TASK INSTRUCTIONS. Filter out every line below that lacks "centre", and copy the rest.

[Collected data]
- - -

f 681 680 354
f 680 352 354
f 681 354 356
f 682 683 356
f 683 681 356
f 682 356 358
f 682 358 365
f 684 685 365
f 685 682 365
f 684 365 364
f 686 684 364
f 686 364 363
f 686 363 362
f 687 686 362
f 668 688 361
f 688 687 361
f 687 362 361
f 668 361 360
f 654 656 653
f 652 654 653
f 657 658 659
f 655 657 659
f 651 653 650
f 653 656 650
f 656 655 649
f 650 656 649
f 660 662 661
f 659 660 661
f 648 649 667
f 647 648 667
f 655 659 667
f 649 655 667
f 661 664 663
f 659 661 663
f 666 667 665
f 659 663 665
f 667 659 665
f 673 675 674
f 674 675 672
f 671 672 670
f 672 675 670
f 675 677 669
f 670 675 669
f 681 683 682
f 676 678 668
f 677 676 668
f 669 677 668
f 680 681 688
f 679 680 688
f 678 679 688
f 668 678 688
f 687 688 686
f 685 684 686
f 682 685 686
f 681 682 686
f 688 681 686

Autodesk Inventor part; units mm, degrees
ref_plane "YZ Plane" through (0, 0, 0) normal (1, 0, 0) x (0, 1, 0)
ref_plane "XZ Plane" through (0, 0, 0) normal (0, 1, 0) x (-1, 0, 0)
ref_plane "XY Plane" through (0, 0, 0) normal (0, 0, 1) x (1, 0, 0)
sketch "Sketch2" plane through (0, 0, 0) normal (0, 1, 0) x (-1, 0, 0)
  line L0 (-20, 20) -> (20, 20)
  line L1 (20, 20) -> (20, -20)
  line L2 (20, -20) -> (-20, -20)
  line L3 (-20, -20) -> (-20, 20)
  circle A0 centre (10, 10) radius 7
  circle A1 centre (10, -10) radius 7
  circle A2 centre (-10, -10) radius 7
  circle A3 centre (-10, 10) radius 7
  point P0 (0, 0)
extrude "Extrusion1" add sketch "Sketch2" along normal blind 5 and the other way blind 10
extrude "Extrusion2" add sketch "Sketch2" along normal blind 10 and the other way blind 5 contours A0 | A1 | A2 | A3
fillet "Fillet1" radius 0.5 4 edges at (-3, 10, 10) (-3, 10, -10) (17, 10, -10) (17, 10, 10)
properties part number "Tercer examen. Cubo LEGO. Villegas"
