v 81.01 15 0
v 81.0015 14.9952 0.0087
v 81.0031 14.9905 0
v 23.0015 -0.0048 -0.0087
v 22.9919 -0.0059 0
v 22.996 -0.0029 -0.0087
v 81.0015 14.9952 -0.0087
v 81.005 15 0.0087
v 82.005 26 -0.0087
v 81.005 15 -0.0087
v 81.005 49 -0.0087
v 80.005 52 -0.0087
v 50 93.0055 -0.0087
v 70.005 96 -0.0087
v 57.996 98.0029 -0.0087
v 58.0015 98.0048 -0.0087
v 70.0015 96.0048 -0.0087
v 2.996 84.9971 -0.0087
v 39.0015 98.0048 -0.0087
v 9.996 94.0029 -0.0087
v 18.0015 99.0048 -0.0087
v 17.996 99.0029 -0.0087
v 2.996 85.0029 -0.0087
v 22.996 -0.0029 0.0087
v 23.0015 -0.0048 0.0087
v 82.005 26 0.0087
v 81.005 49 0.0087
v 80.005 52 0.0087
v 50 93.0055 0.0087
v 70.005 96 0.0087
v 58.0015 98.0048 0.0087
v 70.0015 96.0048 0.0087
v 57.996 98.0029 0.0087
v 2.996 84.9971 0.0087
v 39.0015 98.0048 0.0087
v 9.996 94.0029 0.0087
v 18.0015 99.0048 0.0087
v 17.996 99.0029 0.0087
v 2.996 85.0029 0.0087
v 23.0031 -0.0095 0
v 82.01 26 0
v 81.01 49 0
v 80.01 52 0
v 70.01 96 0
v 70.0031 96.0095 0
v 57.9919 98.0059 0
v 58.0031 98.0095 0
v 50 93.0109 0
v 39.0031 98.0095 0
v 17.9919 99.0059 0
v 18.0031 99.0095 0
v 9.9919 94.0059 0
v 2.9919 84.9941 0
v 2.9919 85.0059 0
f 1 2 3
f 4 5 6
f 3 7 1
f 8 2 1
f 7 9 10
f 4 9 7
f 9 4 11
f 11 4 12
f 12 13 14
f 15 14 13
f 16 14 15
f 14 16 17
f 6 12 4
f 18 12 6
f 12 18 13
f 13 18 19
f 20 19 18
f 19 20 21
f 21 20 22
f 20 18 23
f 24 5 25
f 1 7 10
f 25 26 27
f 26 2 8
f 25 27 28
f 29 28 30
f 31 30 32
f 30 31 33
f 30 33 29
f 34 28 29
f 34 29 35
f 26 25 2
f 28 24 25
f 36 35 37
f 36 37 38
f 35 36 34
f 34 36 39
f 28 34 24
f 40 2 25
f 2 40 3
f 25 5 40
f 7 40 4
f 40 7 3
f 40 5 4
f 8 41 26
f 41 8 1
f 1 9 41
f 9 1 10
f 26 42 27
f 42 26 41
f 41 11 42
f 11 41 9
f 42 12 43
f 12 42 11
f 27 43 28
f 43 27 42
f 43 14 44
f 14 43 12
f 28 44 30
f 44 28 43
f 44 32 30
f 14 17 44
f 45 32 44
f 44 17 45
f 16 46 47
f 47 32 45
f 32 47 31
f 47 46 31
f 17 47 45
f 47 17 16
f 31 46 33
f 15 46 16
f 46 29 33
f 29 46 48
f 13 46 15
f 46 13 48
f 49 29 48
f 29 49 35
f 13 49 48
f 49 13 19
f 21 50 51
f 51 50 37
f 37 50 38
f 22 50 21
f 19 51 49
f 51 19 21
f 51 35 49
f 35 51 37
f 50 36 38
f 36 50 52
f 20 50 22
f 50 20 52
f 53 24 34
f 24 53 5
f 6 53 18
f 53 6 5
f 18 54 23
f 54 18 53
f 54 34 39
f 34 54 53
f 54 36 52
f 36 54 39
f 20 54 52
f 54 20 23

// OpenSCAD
color([0.6015236368594579,0.5872808850844162,0.28390336255679416]) hull(){
    translate([23,0]) sphere(0.01);
    translate([81,15]) sphere(0.01);
    translate([64,14]) sphere(0.01);
}
color([0.5839405385485582,0.4048698908705002,0.6877557316706271]) hull(){
    translate([81,15]) sphere(0.01);
    translate([82,26]) sphere(0.01);
    translate([68,15]) sphere(0.01);
}
color([0.29310936231965135,0.08456113000314536,0.6409271470126323]) hull(){
    translate([82,26]) sphere(0.01);
    translate([64,14]) sphere(0.01);
    translate([68,15]) sphere(0.01);
}
color([0.38512246522478266,0.6162859510128613,0.407224705538046]) hull(){
    translate([64,14]) sphere(0.01);
    translate([81,15]) sphere(0.01);
    translate([68,15]) sphere(0.01);
}
color([0.6107800780239486,0.9541913078580654,0.09369719926319908]) hull(){
    translate([82,26]) sphere(0.01);
    translate([23,0]) sphere(0.01);
    translate([72,20]) sphere(0.01);
}
color([0.4396226851829427,0.9817497074141792,0.30111933510979894]) hull(){
    translate([23,0]) sphere(0.01);
    translate([64,14]) sphere(0.01);
    translate([72,20]) sphere(0.01);
}
color([0.08571041628526821,0.691130580335744,0.16573157374072334]) hull(){
    translate([64,14]) sphere(0.01);
    translate([82,26]) sphere(0.01);
    translate([72,20]) sphere(0.01);
}
color([0.4668304924867862,0.30100213617539295,0.3511677492745029]) hull(){
    translate([23,0]) sphere(0.01);
    translate([82,26]) sphere(0.01);
    translate([81,49]) sphere(0.01);
}
color([0.05564944269037686,0.7696481469448815,0.686275624239137]) hull(){
    translate([23,0]) sphere(0.01);
    translate([81,49]) sphere(0.01);
    translate([80,52]) sphere(0.01);
}
color([0.15447252119296884,0.35335085758162643,0.18799175914388588]) hull(){
    translate([23,0]) sphere(0.01);
    translate([80,52]) sphere(0.01);
    translate([58,33]) sphere(0.01);
}
color([0.41322879780265653,0.82270842281296,0.9057146612667819]) hull(){
    translate([42,29]) sphere(0.01);
    translate([23,0]) sphere(0.01);
    translate([58,33]) sphere(0.01);
}
color([0.9688547633127277,0.5528378273263655,0.12760284187612392]) hull(){
    translate([80,52]) sphere(0.01);
    translate([42,29]) sphere(0.01);
    translate([77,50]) sphere(0.01);
}
color([0.1710979555253146,0.7131998843266452,0.6397779425125977]) hull(){
    translate([42,29]) sphere(0.01);
    translate([58,33]) sphere(0.01);
    translate([77,50]) sphere(0.01);
}
color([0.57496968906483,0.8489371230716904,0.07944838941339594]) hull(){
    translate([58,33]) sphere(0.01);
    translate([80,52]) sphere(0.01);
    translate([77,50]) sphere(0.01);
}
color([0.040333123224873146,0.9305910632054132,0.3080440975445232]) hull(){
    translate([80,52]) sphere(0.01);
    translate([70,96]) sphere(0.01);
    translate([42,29]) sphere(0.01);
}
color([0.6084655882345898,0.4923441190446234,0.7069385087242315]) hull(){
    translate([70,96]) sphere(0.01);
    translate([23,0]) sphere(0.01);
    translate([59,71]) sphere(0.01);
}
color([0.6803385961846494,0.18024793645131376,0.10787678186317007]) hull(){
    translate([23,0]) sphere(0.01);
    translate([42,29]) sphere(0.01);
    translate([59,71]) sphere(0.01);
}
color([0.1335624130282893,0.47731112778056706,0.8393950916733898]) hull(){
    translate([42,29]) sphere(0.01);
    translate([70,96]) sphere(0.01);
    translate([59,71]) sphere(0.01);
}
color([0.6780893207968227,0.08337096158279222,0.27725115680544954]) hull(){
    translate([23,0]) sphere(0.01);
    translate([70,96]) sphere(0.01);
    translate([44,47]) sphere(0.01);
}
color([0.9965791662073833,0.03375154870506614,0.10494976972159242]) hull(){
    translate([70,96]) sphere(0.01);
    translate([44,55]) sphere(0.01);
    translate([44,47]) sphere(0.01);
}
color([0.516844917539197,0.1360610465034362,0.543805910213663]) hull(){
    translate([44,55]) sphere(0.01);
    translate([23,0]) sphere(0.01);
    translate([44,47]) sphere(0.01);
}
color([0.04901628196141694,0.4867102513994055,0.8813892002857401]) hull(){
    translate([70,96]) sphere(0.01);
    translate([58,98]) sphere(0.01);
    translate([44,55]) sphere(0.01);
}
color([0.3053751014353143,0.40772022041766365,0.31297204198076634]) hull(){
    translate([58,98]) sphere(0.01);
    translate([23,0]) sphere(0.01);
    translate([44,55]) sphere(0.01);
}
color([0.49907796034366436,0.6160709555012981,0.9916538905911245]) hull(){
    translate([23,0]) sphere(0.01);
    translate([58,98]) sphere(0.01);
    translate([50,93]) sphere(0.01);
}
color([0.3123575451593331,0.46364206475662195,0.8862899719975306]) hull(){
    translate([23,0]) sphere(0.01);
    translate([50,93]) sphere(0.01);
    translate([35,48]) sphere(0.01);
}
color([0.5738800220993816,0.8494037217359881,0.24323676398212035]) hull(){
    translate([50,93]) sphere(0.01);
    translate([39,98]) sphere(0.01);
    translate([35,48]) sphere(0.01);
}
color([0.8402878098664139,0.9530478541805099,0.16594803365564914]) hull(){
    translate([39,98]) sphere(0.01);
    translate([23,0]) sphere(0.01);
    translate([35,48]) sphere(0.01);
}
color([0.0023370868964924796,0.7387895340607371,0.5374530602666081]) hull(){
    translate([23,0]) sphere(0.01);
    translate([39,98]) sphere(0.01);
    translate([26,22]) sphere(0.01);
}
color([0.25604025835089217,0.4320068924153808,0.5112453323210508]) hull(){
    translate([39,98]) sphere(0.01);
    translate([24,21]) sphere(0.01);
    translate([26,22]) sphere(0.01);
}
color([0.7462272619347637,0.5039790716190428,0.8850839351693509]) hull(){
    translate([24,21]) sphere(0.01);
    translate([23,0]) sphere(0.01);
    translate([26,22]) sphere(0.01);
}
color([0.6652757233710683,0.22263754843686523,0.08942086350367451]) hull(){
    translate([24,21]) sphere(0.01);
    translate([39,98]) sphere(0.01);
    translate([30,57]) sphere(0.01);
}
color([0.6195232841458308,0.9036720387350747,0.7222923954673625]) hull(){
    translate([39,98]) sphere(0.01);
    translate([26,51]) sphere(0.01);
    translate([30,57]) sphere(0.01);
}
color([0.6665075097113882,0.5421139713900744,0.6943978877819516]) hull(){
    translate([26,51]) sphere(0.01);
    translate([24,21]) sphere(0.01);
    translate([30,57]) sphere(0.01);
}
color([0.9269770591996176,0.12480324665016229,0.8422397758241813]) hull(){
    translate([18,99]) sphere(0.01);
    translate([23,0]) sphere(0.01);
    translate([24,21]) sphere(0.01);
}
color([0.028249143050612435,0.8554899328562455,0.6212809598996976]) hull(){
    translate([18,99]) sphere(0.01);
    translate([24,21]) sphere(0.01);
    translate([20,83]) sphere(0.01);
}
color([0.6435486749275994,0.4857227915978113,0.2898251547629681]) hull(){
    translate([24,21]) sphere(0.01);
    translate([26,51]) sphere(0.01);
    translate([20,83]) sphere(0.01);
}
color([0.21709076393122206,0.4979948584580751,0.6176241526046676]) hull(){
    translate([26,51]) sphere(0.01);
    translate([18,99]) sphere(0.01);
    translate([20,83]) sphere(0.01);
}
color([0.4722249532281336,0.7228331534363125,0.6109414561657331]) hull(){
    translate([39,98]) sphere(0.01);
    translate([18,99]) sphere(0.01);
    translate([22,90]) sphere(0.01);
}
color([0.5330085163671737,0.6769359871291822,0.5973748769978083]) hull(){
    translate([18,99]) sphere(0.01);
    translate([26,51]) sphere(0.01);
    translate([22,90]) sphere(0.01);
}
color([0.14460255854654236,0.21273280877313017,0.8417179364881341]) hull(){
    translate([26,51]) sphere(0.01);
    translate([39,98]) sphere(0.01);
    translate([22,90]) sphere(0.01);
}
color([0.6300391880279899,0.5103677782275869,0.4479627161837708]) hull(){
    translate([23,0]) sphere(0.01);
    translate([18,99]) sphere(0.01);
    translate([18,58]) sphere(0.01);
}
color([0.2903518628620462,0.1744676713524972,0.5457372127765215]) hull(){
    translate([10,94]) sphere(0.01);
    translate([23,0]) sphere(0.01);
    translate([18,58]) sphere(0.01);
}
color([0.6340658375422632,0.7004271366493812,0.690956934786038]) hull(){
    translate([18,99]) sphere(0.01);
    translate([10,94]) sphere(0.01);
    translate([16,79]) sphere(0.01);
}
color([0.013948469234104865,0.8018456354370093,0.2607079205191076]) hull(){
    translate([10,94]) sphere(0.01);
    translate([18,58]) sphere(0.01);
    translate([16,79]) sphere(0.01);
}
color([0.01899716010339858,0.7507132946374245,0.44168653561511173]) hull(){
    translate([18,58]) sphere(0.01);
    translate([18,99]) sphere(0.01);
    translate([16,79]) sphere(0.01);
}
color([0.1668653701245908,0.45955837321901094,0.7876756969907556]) hull(){
    translate([23,0]) sphere(0.01);
    translate([10,94]) sphere(0.01);
    translate([18,24]) sphere(0.01);
}
color([0.09564527702692727,0.06733136152719421,0.7816649665975636]) hull(){
    translate([3,85]) sphere(0.01);
    translate([23,0]) sphere(0.01);
    translate([18,24]) sphere(0.01);
}
color([0.030385075649315252,0.33346286891595733,0.08647112242809318]) hull(){
    translate([10,94]) sphere(0.01);
    translate([3,85]) sphere(0.01);
    translate([6,84]) sphere(0.01);
}
color([0.8161439782233904,0.05657658467482607,0.8243668117903717]) hull(){
    translate([3,85]) sphere(0.01);
    translate([18,24]) sphere(0.01);
    translate([6,84]) sphere(0.01);
}
color([0.05808931884644186,0.6181904095369413,0.1426995958976538]) hull(){
    translate([18,24]) sphere(0.01);
    translate([10,94]) sphere(0.01);
    translate([6,84]) sphere(0.01);
}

- - -

TASK RESPONSE.
  circle A0 centre (10, 10) radius 7
  circle A1 centre (10, -10) radius 7
  circle A2 centre (-10, -10) radius 7
  circle A3 centre (-10, 10) radius 7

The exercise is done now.